> Working data
◇ ◇ ◇

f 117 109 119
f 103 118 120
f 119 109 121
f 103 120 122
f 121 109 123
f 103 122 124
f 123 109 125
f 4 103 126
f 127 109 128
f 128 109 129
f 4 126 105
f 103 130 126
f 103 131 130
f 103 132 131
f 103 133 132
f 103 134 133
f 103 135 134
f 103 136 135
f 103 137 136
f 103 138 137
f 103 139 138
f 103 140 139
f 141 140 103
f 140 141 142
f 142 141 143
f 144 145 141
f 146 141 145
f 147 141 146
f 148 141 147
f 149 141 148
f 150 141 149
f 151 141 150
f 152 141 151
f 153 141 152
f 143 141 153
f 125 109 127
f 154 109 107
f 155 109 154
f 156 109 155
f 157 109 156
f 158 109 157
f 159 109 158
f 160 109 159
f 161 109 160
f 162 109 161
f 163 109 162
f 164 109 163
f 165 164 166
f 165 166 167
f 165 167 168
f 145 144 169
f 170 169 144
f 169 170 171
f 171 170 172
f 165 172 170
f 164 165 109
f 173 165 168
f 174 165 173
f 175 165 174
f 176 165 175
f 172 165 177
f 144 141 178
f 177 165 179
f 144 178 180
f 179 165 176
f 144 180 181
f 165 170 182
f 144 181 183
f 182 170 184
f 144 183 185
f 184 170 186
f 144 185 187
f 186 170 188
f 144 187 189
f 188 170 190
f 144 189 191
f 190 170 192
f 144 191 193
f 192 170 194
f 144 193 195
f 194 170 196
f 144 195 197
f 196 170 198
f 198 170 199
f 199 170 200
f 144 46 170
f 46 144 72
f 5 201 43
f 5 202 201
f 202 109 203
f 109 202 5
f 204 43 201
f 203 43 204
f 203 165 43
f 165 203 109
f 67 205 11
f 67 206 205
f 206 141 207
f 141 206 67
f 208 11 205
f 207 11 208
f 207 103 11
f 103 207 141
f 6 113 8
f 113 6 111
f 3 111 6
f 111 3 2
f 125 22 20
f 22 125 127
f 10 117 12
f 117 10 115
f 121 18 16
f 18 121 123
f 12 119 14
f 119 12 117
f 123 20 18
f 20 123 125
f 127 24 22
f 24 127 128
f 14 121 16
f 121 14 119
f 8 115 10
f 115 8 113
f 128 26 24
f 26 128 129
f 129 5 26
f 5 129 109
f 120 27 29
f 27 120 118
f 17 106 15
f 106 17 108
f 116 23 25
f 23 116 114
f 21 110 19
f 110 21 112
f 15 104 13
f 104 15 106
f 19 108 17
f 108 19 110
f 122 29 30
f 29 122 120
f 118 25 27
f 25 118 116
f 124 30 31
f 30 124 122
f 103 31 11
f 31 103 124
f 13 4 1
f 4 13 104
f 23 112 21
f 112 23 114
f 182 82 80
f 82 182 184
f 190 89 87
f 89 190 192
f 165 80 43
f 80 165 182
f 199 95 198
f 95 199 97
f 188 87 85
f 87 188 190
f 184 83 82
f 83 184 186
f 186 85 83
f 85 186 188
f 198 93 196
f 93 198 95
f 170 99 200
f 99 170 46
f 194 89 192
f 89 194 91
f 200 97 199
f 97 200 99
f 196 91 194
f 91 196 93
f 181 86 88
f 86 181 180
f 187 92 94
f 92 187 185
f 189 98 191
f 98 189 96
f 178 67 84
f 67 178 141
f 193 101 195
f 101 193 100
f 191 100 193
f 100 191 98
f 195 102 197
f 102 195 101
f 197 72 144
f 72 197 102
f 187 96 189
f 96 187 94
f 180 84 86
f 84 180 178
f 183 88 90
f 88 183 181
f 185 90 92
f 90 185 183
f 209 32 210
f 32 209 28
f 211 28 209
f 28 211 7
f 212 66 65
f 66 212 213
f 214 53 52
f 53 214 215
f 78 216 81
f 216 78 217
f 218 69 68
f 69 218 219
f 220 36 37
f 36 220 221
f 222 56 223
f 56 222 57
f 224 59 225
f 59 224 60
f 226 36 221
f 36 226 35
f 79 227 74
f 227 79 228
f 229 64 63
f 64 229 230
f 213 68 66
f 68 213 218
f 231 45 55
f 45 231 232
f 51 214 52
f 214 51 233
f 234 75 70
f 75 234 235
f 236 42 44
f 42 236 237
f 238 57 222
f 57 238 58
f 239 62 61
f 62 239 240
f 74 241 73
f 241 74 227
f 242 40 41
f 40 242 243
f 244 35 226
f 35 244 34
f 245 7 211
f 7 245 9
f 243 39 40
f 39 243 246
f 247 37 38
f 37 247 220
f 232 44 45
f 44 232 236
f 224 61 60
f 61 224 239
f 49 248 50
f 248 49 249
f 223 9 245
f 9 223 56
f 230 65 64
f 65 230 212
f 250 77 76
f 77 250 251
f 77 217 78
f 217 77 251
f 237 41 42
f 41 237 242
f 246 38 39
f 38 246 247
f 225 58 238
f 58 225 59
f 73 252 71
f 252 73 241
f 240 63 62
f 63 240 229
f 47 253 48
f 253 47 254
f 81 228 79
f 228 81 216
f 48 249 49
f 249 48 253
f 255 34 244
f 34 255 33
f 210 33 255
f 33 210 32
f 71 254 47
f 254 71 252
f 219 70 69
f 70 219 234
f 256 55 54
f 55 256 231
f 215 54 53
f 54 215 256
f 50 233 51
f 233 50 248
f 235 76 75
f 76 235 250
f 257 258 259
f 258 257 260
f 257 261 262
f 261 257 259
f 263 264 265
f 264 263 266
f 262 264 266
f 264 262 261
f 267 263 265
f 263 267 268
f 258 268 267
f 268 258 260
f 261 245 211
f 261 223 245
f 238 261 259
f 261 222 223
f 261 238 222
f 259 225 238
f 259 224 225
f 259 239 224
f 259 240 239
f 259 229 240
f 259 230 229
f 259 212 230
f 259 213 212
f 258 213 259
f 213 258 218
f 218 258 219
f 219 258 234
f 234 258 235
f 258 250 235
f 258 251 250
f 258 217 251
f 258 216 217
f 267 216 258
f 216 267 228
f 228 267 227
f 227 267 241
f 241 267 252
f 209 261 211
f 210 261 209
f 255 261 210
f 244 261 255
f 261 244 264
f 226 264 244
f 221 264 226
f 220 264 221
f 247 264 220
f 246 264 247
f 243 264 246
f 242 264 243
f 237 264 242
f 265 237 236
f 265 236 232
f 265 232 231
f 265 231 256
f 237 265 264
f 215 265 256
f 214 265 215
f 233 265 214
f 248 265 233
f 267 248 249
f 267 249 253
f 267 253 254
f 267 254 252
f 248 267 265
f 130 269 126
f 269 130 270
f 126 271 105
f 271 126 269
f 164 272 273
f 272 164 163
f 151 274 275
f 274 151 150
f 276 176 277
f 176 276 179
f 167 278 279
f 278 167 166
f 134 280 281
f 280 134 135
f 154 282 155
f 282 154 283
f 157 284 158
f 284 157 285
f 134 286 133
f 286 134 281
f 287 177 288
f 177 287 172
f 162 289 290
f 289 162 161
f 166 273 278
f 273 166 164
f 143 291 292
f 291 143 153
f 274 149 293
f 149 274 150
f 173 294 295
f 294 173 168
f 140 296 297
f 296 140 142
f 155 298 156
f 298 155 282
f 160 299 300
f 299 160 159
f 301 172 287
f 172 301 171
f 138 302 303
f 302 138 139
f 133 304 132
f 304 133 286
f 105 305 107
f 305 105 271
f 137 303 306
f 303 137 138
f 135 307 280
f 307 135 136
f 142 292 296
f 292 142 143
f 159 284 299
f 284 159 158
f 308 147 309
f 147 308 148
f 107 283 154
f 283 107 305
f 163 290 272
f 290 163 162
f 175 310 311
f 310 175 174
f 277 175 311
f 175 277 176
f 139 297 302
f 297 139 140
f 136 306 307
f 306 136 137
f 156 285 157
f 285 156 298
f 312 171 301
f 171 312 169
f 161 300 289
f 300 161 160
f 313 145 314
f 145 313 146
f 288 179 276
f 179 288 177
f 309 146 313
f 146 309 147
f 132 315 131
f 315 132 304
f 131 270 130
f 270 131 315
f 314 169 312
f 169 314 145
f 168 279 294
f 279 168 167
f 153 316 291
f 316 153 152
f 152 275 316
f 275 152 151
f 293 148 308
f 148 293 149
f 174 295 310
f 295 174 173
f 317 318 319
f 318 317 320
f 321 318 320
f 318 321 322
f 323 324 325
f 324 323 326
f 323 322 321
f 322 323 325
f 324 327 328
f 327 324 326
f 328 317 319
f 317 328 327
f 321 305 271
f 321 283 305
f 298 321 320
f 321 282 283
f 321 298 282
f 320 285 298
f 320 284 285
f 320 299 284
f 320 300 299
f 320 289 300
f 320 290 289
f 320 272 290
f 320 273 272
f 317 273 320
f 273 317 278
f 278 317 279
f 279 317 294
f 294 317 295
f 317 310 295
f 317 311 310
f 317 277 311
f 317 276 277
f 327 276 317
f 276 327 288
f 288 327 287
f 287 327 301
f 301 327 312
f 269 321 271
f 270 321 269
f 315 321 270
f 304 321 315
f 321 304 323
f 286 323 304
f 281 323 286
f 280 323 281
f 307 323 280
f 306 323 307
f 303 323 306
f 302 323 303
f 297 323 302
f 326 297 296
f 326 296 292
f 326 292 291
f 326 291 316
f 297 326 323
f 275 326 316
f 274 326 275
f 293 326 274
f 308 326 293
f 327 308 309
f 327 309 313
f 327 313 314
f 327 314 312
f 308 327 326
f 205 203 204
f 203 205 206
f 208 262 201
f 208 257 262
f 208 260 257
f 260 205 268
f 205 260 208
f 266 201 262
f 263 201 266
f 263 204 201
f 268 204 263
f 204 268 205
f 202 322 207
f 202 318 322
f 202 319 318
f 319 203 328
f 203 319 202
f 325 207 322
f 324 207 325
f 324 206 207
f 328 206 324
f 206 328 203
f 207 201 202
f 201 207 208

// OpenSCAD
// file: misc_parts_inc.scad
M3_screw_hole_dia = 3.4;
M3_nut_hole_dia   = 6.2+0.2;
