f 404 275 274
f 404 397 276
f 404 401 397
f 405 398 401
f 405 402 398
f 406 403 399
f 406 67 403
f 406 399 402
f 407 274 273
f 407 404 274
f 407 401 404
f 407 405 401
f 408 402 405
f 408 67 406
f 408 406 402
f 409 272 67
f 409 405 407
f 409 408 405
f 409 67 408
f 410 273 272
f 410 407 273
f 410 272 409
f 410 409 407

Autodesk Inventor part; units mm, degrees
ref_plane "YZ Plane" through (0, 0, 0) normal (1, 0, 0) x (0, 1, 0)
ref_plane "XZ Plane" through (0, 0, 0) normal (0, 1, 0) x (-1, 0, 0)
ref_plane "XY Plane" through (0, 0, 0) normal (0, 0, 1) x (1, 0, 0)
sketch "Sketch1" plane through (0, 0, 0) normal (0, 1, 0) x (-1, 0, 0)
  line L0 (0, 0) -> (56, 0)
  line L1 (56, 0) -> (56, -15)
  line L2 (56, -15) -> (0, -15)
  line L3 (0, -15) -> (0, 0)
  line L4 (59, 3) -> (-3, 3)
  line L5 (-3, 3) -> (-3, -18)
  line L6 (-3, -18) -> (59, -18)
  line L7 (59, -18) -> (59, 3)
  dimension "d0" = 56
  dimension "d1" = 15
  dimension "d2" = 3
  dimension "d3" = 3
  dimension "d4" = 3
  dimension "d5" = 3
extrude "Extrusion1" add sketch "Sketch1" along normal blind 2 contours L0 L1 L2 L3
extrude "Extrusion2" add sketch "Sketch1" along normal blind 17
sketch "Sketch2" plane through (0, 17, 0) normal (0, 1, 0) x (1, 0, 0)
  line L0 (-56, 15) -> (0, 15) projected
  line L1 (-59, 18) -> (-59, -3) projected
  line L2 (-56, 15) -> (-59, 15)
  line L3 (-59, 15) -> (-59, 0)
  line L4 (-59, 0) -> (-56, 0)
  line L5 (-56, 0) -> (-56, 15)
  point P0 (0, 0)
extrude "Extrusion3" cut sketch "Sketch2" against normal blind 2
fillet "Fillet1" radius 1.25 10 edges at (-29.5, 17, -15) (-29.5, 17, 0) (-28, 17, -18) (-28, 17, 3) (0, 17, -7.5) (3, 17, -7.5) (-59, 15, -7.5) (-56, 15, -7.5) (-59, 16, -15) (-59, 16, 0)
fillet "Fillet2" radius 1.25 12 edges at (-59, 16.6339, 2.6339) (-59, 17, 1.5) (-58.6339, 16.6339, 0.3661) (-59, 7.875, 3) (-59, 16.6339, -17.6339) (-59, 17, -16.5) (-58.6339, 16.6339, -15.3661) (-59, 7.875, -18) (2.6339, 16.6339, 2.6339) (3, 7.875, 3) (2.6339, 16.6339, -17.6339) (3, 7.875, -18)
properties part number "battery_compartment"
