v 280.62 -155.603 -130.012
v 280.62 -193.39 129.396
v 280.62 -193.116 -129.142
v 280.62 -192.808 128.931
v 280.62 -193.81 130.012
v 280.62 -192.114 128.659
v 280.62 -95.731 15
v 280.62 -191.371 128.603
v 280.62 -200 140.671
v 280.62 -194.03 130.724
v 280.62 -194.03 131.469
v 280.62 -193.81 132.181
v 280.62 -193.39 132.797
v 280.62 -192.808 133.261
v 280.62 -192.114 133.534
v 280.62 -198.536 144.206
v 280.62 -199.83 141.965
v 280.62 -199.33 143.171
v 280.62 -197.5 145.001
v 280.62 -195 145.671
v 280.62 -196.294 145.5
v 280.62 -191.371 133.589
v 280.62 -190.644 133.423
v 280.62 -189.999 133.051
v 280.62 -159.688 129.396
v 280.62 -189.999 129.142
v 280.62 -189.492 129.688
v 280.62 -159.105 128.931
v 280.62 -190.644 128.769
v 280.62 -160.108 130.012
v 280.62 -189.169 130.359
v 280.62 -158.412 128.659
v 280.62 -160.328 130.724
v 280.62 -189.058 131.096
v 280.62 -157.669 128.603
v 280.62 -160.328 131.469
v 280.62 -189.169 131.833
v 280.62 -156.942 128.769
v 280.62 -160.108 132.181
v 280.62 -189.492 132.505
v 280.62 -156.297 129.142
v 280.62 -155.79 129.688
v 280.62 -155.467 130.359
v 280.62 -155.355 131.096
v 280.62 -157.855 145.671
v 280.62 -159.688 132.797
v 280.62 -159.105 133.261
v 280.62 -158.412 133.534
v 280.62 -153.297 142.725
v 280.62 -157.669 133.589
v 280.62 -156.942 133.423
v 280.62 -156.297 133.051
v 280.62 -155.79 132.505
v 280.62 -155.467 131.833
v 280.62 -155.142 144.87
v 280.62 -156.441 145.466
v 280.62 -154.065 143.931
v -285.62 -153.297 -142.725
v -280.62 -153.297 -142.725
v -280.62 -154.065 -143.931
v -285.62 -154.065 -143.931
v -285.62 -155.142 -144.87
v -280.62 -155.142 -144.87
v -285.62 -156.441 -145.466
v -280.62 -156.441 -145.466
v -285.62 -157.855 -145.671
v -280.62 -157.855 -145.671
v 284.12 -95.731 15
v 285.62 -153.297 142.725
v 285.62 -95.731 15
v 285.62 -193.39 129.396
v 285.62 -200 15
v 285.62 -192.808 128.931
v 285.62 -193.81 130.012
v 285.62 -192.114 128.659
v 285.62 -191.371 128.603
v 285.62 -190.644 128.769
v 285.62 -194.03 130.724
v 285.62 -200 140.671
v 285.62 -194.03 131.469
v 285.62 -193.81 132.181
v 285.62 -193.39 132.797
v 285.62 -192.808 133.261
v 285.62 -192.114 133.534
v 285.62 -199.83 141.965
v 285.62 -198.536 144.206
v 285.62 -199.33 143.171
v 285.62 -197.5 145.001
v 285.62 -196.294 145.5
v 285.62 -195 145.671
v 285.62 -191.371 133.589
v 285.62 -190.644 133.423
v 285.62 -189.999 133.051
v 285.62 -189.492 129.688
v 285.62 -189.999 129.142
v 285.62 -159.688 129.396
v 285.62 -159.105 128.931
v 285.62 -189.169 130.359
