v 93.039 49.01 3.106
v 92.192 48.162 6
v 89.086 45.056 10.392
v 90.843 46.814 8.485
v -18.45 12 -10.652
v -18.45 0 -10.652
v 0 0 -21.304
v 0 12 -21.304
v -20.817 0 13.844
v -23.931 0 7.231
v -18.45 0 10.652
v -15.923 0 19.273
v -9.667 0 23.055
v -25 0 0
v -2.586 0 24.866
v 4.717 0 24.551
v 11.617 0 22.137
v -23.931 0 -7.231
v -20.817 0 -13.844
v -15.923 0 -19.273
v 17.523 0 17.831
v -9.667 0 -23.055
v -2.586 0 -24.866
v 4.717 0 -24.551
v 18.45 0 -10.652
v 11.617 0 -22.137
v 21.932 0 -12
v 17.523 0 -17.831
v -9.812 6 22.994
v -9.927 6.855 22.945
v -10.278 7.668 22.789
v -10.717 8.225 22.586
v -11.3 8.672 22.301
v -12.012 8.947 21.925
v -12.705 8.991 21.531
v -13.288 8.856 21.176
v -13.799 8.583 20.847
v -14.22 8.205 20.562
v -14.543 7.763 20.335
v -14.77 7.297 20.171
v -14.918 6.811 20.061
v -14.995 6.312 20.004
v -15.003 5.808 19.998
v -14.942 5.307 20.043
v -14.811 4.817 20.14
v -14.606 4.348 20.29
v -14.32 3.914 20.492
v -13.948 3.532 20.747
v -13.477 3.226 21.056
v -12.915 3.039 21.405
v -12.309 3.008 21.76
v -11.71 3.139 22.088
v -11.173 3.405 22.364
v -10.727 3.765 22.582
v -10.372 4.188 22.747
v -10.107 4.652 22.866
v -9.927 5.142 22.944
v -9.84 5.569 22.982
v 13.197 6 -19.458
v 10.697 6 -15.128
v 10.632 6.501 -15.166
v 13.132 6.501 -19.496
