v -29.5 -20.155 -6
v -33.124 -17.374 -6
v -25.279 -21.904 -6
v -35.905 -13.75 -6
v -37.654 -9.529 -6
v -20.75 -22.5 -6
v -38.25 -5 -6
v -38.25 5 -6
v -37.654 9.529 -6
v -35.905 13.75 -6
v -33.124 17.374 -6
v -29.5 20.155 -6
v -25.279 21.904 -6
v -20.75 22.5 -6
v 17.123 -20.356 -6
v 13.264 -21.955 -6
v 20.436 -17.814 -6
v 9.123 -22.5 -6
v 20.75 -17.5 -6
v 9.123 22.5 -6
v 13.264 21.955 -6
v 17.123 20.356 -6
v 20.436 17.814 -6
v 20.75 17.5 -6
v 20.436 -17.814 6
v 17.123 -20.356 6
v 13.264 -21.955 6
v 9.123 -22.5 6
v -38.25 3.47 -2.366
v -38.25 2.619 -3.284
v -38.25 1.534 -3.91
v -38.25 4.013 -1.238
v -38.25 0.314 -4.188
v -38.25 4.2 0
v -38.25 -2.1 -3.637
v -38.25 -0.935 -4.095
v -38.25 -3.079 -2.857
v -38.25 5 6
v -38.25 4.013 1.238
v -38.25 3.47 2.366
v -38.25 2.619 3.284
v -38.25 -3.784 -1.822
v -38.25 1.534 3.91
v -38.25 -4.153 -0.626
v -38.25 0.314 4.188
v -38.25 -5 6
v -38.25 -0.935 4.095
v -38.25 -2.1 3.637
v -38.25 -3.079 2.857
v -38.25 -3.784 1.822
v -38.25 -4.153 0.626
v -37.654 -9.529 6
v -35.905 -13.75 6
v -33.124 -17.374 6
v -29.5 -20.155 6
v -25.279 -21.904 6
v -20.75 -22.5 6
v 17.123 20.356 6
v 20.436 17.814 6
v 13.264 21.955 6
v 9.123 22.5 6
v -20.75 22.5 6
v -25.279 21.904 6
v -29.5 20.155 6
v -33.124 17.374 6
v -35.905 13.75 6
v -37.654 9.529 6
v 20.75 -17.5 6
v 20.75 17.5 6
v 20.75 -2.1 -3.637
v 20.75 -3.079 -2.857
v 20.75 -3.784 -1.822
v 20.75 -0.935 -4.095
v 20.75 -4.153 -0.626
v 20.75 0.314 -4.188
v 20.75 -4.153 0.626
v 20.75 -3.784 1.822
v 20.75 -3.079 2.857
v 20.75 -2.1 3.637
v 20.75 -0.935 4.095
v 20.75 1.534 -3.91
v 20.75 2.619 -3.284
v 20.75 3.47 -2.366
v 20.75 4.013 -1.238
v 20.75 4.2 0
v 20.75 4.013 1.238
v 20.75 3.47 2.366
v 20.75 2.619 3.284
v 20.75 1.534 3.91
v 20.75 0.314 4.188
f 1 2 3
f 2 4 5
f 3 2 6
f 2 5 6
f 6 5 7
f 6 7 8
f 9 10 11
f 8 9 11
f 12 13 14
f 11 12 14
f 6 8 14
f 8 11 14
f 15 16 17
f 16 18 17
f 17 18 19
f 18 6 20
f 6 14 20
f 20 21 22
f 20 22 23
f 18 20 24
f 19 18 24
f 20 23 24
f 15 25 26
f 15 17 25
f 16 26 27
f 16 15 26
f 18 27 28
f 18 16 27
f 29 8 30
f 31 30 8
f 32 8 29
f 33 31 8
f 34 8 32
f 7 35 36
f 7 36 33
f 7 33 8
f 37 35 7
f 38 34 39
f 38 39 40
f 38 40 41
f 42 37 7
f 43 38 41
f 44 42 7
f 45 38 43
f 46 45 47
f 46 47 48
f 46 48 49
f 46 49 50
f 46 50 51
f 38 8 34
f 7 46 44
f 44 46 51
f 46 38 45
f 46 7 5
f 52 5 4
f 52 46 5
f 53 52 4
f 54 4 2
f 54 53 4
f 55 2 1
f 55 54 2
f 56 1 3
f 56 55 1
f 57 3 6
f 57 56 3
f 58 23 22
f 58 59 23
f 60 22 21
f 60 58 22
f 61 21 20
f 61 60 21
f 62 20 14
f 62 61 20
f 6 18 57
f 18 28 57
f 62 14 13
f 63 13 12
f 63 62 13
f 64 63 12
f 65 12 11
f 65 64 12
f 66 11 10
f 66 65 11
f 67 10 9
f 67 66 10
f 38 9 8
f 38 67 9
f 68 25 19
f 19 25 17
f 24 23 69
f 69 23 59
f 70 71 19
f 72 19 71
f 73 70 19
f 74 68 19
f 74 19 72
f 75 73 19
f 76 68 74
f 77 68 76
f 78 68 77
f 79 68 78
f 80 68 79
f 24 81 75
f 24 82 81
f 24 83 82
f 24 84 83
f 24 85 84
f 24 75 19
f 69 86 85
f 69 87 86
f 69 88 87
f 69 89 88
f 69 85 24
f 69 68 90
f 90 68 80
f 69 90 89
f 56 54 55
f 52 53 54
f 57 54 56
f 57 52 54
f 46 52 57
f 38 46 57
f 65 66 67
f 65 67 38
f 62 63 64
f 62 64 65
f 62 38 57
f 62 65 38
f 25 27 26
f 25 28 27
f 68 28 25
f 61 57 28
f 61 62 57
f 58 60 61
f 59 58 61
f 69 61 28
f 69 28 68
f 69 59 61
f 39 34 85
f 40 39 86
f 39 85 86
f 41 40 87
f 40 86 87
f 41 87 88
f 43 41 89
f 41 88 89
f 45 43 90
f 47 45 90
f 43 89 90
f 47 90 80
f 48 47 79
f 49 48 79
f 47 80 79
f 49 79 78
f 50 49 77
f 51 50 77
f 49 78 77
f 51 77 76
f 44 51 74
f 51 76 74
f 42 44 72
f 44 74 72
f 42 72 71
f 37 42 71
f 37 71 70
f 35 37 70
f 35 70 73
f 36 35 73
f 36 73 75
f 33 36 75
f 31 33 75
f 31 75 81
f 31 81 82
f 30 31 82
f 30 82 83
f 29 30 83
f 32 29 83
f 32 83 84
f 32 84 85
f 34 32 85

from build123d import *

# Parameters (mm, degrees)
PAD_DEPTH    = 6
SKETCH002_R  = 4.2
POCKET_DEPTH = 59.001
CHAMFER_SIZE = 5
FILLET_R     = 16


with BuildPart() as part:
    # Sketch → Pad (new body, symmetric)
    with BuildSketch(Plane.XY):
        with BuildLine():
            Line((20.75, -22.5), (20.75, 22.5))
            Line((20.75, 22.5), (-20.75, 22.5))
            ThreePointArc((-20.75, 22.5), (-33.124369, 17.374369), (-38.25, 5))
            Line((-38.25, 5), (-38.25, -5))
            ThreePointArc((-38.25, -5), (-33.124369, -17.374369), (-20.75, -22.5))
            Line((20.75, -22.5), (-20.75, -22.5))
        make_face()
    extrude(amount=PAD_DEPTH, both=True)

    # Sketch002 → Pocket (cut, through all)
    with BuildSketch(Plane.YZ.offset(20.75)):
        Circle(SKETCH002_R)
    extrude(amount=-POCKET_DEPTH, mode=Mode.SUBTRACT)

    # Chamfer
    chamfer_edges = [part.edges().sort_by_distance(p)[0] for p in [
        (20.75, 22.5, 0),
        (20.75, -22.5, 0),
    ]]
    chamfer(chamfer_edges, length=CHAMFER_SIZE)

    # Fillet
    fillet_edges = [part.edges().sort_by_distance(p)[0] for p in [
        (15.75, 22.5, 0),
        (15.75, -22.5, 0),
    ]]
    fillet(fillet_edges, radius=FILLET_R)


solid = part.part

◇ ◇ ◇

> Work task
Given the word "blind", show every line of the records that contains it.

> Finished exercise
extrude "Extrusion1" add sketch "Sketch1" along normal blind 2 contours L0 L1 L2 L3
extrude "Extrusion2" add sketch "Sketch1" along normal blind 17
extrude "Extrusion3" cut sketch "Sketch2" against normal blind 2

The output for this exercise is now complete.